» TASK GOAL
One part of the entries below is wanted: the lines from the one containing "#83=EDGE_CURVE('',#79,#48,#82,.T.);" through the one containing "#107=CARTESIAN_POINT('',(0.,50.8,0.));". Write those out exactly and nothing else.

Stored items from a collection
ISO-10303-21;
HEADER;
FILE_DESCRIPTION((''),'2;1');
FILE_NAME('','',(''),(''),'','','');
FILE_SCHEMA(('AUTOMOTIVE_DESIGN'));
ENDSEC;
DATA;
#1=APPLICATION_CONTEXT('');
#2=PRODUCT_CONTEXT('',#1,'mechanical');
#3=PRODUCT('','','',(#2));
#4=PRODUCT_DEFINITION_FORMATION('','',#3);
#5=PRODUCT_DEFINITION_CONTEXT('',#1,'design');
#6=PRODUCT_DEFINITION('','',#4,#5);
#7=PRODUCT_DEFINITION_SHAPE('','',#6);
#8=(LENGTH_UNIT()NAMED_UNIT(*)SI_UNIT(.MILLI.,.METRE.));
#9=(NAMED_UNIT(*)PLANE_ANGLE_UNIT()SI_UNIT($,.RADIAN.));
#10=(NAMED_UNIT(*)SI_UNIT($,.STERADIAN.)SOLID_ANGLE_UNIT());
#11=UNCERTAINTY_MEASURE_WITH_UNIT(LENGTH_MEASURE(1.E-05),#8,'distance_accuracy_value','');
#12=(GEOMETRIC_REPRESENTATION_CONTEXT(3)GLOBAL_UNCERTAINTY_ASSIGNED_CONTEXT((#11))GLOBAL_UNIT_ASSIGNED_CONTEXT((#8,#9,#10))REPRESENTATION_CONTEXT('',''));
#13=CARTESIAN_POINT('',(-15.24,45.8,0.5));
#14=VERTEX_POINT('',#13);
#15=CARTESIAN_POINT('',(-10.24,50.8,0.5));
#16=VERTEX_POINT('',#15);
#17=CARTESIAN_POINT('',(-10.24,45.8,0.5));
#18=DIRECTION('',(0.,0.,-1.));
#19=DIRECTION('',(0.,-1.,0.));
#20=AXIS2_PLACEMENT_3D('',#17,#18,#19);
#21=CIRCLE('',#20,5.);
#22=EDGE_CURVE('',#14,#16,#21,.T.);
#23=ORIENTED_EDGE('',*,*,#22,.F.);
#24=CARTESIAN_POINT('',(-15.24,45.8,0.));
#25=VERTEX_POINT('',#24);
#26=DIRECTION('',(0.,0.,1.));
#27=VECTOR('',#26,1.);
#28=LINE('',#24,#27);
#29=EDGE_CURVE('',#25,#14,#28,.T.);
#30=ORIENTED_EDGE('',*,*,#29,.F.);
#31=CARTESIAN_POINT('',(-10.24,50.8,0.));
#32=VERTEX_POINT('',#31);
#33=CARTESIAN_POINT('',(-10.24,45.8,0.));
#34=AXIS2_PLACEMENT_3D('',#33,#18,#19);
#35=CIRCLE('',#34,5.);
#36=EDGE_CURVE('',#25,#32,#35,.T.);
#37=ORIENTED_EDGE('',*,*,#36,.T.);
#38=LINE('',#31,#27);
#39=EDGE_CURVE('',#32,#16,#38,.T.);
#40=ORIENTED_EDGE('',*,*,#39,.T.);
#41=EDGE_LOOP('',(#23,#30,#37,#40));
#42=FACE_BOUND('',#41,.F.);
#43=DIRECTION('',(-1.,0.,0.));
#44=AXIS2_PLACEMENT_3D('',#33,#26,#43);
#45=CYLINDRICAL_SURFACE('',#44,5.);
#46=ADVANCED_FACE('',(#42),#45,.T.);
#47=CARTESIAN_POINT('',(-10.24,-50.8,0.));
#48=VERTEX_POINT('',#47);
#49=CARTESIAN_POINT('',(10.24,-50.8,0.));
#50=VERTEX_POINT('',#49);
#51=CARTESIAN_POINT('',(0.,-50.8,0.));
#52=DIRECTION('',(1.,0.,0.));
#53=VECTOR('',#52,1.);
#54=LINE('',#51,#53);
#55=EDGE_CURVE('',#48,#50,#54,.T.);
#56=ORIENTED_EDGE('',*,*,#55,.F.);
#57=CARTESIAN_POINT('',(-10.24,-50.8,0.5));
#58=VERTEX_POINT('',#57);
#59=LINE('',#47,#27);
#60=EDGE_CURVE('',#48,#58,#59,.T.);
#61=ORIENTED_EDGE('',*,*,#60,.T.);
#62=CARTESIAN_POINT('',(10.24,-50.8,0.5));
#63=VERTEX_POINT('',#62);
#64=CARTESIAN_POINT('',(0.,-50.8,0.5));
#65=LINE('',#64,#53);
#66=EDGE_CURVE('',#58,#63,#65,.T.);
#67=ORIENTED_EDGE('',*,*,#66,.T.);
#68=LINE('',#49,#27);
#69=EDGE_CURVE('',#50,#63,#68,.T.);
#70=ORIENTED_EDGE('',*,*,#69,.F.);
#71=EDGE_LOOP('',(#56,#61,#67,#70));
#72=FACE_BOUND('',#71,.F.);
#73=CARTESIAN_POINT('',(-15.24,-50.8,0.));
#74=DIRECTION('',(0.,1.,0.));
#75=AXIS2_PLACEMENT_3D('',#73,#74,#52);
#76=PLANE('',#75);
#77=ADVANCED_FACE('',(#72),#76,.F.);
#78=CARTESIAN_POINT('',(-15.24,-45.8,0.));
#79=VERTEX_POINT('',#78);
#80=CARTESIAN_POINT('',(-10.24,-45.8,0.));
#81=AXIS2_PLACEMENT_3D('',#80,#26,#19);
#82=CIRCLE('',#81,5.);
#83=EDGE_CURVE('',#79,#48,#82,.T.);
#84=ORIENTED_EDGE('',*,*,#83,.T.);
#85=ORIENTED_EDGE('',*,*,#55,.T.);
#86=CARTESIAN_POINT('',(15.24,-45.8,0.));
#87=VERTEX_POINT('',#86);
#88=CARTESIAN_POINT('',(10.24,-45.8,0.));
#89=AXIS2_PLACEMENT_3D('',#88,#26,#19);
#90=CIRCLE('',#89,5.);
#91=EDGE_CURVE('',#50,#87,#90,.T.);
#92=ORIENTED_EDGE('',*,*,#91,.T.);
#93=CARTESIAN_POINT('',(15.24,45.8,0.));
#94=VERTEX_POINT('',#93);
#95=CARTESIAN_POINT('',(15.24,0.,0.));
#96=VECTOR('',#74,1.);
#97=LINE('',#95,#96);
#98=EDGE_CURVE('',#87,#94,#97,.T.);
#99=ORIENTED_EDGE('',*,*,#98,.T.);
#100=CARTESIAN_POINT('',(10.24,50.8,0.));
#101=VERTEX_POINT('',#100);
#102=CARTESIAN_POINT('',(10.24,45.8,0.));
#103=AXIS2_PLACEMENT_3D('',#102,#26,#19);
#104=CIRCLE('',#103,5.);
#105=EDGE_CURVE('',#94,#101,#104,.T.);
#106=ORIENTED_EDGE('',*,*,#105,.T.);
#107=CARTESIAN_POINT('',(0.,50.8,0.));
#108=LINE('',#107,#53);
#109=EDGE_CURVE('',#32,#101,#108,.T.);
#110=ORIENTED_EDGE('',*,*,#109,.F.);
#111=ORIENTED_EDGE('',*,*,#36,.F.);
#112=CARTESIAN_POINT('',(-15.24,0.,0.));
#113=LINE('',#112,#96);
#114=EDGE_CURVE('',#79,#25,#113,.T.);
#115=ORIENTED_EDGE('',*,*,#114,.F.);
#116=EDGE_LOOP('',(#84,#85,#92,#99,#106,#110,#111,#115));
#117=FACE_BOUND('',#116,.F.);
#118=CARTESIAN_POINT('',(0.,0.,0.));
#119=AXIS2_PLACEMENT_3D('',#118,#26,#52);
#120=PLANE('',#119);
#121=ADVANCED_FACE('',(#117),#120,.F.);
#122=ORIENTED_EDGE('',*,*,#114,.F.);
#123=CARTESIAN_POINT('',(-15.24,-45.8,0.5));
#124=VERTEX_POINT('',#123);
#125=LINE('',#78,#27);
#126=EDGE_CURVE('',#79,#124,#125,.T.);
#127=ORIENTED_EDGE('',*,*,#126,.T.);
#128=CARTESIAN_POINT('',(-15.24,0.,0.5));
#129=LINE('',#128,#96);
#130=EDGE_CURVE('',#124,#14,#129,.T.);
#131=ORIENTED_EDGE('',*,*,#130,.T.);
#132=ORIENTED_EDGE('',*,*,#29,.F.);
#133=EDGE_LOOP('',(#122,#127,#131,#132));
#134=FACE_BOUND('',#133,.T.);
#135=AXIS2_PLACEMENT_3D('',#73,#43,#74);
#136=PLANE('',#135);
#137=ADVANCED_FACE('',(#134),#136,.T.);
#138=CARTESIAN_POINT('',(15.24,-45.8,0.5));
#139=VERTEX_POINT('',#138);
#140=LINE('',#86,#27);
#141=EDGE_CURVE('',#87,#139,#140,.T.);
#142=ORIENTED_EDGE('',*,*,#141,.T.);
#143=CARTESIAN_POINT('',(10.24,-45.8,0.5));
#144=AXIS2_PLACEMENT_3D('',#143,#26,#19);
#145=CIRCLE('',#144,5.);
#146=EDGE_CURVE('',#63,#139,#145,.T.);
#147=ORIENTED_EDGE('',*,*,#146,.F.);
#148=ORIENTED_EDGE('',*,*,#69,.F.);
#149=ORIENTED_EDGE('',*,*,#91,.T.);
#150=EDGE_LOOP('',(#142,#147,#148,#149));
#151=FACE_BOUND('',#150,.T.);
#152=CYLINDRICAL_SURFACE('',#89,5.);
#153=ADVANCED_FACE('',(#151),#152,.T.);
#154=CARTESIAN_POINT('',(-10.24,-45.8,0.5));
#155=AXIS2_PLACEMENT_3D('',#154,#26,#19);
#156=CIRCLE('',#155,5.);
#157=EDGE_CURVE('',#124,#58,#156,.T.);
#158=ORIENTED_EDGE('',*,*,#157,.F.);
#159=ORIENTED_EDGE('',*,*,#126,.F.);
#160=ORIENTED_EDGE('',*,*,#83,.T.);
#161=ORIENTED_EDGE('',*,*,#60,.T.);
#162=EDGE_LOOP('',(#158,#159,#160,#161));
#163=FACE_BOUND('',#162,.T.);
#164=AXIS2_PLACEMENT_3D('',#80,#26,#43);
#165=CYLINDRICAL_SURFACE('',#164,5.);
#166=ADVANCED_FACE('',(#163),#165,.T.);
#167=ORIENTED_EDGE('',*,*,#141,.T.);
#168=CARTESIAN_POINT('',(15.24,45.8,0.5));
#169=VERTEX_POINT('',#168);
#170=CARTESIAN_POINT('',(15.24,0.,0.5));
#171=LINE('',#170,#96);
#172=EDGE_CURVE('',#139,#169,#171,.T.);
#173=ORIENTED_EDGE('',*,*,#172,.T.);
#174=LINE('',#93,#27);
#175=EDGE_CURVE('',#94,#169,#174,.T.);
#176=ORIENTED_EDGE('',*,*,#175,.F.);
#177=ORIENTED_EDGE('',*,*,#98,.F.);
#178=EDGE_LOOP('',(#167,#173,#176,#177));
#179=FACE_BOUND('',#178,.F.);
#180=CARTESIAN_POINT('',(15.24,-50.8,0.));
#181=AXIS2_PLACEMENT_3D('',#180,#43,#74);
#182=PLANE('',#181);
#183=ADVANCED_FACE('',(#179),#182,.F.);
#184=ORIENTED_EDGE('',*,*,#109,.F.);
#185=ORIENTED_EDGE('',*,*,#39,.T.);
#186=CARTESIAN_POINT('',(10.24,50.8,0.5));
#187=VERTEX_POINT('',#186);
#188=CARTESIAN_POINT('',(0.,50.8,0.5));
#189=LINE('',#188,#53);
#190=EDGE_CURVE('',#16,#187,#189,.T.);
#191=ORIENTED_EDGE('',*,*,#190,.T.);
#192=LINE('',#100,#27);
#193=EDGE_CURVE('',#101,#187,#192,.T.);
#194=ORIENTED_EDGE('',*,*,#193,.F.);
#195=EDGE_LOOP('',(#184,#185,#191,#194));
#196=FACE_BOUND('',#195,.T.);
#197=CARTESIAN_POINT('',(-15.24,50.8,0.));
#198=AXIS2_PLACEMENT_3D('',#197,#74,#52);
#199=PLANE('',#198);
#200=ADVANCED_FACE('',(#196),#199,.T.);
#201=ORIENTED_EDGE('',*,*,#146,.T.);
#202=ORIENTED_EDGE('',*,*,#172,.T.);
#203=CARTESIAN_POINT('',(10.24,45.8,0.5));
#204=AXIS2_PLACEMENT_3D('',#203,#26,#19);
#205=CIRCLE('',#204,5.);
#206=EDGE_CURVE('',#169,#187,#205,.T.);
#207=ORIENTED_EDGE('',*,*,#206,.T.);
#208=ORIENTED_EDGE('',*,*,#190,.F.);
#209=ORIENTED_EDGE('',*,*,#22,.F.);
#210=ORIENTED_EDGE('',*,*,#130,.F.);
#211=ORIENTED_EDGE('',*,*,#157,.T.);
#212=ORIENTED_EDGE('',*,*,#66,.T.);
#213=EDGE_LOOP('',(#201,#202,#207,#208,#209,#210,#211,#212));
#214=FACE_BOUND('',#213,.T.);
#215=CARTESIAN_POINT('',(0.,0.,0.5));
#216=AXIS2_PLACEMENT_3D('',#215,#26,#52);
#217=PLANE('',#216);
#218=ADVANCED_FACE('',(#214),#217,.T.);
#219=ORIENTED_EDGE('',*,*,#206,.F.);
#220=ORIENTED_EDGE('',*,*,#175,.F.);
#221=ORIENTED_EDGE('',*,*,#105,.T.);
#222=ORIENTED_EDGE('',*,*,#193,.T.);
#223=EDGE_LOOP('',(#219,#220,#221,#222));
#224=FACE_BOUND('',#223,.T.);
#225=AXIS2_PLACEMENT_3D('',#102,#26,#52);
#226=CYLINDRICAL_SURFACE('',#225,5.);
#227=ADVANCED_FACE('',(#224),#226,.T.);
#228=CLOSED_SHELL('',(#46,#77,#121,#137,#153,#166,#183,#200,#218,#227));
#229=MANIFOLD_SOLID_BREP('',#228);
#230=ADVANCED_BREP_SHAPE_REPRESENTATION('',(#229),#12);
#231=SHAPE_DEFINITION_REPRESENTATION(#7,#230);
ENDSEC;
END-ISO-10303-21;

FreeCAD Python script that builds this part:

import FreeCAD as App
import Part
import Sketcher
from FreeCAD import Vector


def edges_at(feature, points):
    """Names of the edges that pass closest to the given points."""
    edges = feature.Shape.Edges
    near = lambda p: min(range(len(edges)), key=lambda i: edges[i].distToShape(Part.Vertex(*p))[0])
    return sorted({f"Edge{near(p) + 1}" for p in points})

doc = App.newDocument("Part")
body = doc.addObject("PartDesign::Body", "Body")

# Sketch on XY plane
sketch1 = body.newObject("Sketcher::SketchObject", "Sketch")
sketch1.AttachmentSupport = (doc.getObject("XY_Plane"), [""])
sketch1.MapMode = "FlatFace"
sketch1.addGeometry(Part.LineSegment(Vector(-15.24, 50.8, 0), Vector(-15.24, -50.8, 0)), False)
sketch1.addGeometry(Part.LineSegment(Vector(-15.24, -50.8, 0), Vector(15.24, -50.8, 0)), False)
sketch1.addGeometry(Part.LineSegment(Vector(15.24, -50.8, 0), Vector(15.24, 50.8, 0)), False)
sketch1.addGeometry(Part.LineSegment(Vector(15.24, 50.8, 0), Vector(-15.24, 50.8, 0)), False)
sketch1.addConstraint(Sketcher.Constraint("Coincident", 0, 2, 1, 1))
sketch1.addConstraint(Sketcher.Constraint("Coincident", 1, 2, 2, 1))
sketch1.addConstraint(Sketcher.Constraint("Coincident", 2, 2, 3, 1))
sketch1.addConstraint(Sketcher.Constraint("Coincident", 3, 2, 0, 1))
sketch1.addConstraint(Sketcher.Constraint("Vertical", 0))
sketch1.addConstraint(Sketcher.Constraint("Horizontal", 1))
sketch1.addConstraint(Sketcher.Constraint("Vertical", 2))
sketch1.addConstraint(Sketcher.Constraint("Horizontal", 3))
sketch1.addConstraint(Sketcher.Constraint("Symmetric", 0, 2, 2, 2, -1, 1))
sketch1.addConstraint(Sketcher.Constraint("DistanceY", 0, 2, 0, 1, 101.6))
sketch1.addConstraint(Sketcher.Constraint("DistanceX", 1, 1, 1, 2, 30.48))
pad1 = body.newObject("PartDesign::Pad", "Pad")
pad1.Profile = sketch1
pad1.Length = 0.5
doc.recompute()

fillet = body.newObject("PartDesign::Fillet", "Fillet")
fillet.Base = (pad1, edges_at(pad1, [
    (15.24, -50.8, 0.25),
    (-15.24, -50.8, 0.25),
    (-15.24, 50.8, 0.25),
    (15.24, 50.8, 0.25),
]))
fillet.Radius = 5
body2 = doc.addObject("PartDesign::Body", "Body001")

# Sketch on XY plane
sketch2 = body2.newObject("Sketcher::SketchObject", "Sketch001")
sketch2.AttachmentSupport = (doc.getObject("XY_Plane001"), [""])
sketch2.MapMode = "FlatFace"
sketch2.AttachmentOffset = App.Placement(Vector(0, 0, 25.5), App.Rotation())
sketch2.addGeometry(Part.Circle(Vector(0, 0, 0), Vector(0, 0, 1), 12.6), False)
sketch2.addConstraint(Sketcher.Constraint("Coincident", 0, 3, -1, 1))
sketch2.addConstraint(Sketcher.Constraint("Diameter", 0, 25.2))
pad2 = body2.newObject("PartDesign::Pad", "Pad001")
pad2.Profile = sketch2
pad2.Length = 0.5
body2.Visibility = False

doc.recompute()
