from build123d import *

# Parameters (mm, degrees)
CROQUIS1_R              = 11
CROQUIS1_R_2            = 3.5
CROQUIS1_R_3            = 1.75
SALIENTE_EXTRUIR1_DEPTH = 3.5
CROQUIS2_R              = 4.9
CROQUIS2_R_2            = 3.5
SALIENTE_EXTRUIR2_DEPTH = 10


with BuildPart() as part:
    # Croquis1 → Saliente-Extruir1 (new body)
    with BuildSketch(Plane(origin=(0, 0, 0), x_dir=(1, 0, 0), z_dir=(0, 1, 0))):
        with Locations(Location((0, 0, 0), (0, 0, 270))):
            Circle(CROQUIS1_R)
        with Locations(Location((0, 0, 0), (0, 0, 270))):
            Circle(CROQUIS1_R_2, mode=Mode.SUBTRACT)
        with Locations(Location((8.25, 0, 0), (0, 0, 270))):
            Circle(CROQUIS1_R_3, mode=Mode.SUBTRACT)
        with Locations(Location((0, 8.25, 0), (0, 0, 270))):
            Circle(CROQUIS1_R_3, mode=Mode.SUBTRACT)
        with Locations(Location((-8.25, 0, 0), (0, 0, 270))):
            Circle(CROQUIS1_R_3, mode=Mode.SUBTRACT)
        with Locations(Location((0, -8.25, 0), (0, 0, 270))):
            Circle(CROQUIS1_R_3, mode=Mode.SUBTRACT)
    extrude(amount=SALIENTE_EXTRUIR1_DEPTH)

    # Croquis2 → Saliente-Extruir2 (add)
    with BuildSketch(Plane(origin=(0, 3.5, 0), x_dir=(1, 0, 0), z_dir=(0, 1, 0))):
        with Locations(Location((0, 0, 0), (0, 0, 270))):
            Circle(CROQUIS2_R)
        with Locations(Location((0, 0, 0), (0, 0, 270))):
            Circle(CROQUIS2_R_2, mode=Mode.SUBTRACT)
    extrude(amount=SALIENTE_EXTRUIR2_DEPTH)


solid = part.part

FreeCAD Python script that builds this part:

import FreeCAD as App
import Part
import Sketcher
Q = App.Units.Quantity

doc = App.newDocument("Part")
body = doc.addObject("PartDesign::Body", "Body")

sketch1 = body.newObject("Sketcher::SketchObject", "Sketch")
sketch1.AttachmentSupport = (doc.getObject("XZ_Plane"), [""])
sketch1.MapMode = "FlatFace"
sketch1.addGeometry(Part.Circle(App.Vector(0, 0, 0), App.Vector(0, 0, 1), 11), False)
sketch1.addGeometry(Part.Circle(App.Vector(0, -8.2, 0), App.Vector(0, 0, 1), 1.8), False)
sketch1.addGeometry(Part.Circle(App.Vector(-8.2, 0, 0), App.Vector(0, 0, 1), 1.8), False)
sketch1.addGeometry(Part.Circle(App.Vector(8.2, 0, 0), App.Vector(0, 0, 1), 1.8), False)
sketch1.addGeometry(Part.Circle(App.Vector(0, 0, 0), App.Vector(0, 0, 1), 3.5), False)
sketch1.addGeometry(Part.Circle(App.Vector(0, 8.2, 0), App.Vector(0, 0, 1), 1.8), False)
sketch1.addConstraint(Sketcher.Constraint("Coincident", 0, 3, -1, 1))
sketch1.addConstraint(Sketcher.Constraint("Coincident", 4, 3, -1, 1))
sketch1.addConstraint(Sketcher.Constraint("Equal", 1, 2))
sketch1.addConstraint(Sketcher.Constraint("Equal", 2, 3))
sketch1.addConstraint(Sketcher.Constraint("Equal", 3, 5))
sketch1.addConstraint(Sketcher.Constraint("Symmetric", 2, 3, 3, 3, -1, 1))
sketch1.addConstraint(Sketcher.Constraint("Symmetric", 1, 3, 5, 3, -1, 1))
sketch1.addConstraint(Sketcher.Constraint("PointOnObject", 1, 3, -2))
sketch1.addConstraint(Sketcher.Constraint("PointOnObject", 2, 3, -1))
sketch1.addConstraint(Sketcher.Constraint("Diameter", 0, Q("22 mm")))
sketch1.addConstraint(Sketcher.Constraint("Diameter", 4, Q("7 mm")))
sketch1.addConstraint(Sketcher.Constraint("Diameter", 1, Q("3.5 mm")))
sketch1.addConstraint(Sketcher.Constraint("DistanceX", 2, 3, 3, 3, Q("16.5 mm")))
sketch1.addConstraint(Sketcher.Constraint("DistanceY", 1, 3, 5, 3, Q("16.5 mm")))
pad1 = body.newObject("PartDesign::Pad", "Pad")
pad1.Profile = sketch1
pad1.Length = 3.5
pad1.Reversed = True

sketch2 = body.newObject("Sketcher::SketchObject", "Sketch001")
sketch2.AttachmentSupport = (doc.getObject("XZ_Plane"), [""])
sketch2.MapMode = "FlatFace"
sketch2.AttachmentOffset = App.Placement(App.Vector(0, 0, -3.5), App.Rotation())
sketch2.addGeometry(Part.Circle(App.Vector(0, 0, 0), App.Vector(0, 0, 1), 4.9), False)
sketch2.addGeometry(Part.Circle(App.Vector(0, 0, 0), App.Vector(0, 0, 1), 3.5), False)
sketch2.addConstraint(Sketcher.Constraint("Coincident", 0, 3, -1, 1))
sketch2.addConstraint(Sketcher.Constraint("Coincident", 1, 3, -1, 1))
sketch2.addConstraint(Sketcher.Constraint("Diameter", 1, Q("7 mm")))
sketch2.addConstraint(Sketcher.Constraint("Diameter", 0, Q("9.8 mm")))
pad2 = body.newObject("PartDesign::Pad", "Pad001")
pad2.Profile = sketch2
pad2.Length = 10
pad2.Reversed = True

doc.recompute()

» SOLUTION BELOW
#83=EDGE_CURVE('',#79,#48,#82,.T.);
#84=ORIENTED_EDGE('',*,*,#83,.T.);
#85=ORIENTED_EDGE('',*,*,#55,.T.);
#86=CARTESIAN_POINT('',(15.24,-45.8,0.));
#87=VERTEX_POINT('',#86);
#88=CARTESIAN_POINT('',(10.24,-45.8,0.));
#89=AXIS2_PLACEMENT_3D('',#88,#26,#19);
#90=CIRCLE('',#89,5.);
#91=EDGE_CURVE('',#50,#87,#90,.T.);
#92=ORIENTED_EDGE('',*,*,#91,.T.);
#93=CARTESIAN_POINT('',(15.24,45.8,0.));
#94=VERTEX_POINT('',#93);
#95=CARTESIAN_POINT('',(15.24,0.,0.));
#96=VECTOR('',#74,1.);
#97=LINE('',#95,#96);
#98=EDGE_CURVE('',#87,#94,#97,.T.);
#99=ORIENTED_EDGE('',*,*,#98,.T.);
#100=CARTESIAN_POINT('',(10.24,50.8,0.));
#101=VERTEX_POINT('',#100);
#102=CARTESIAN_POINT('',(10.24,45.8,0.));
#103=AXIS2_PLACEMENT_3D('',#102,#26,#19);
#104=CIRCLE('',#103,5.);
#105=EDGE_CURVE('',#94,#101,#104,.T.);
#106=ORIENTED_EDGE('',*,*,#105,.T.);
#107=CARTESIAN_POINT('',(0.,50.8,0.));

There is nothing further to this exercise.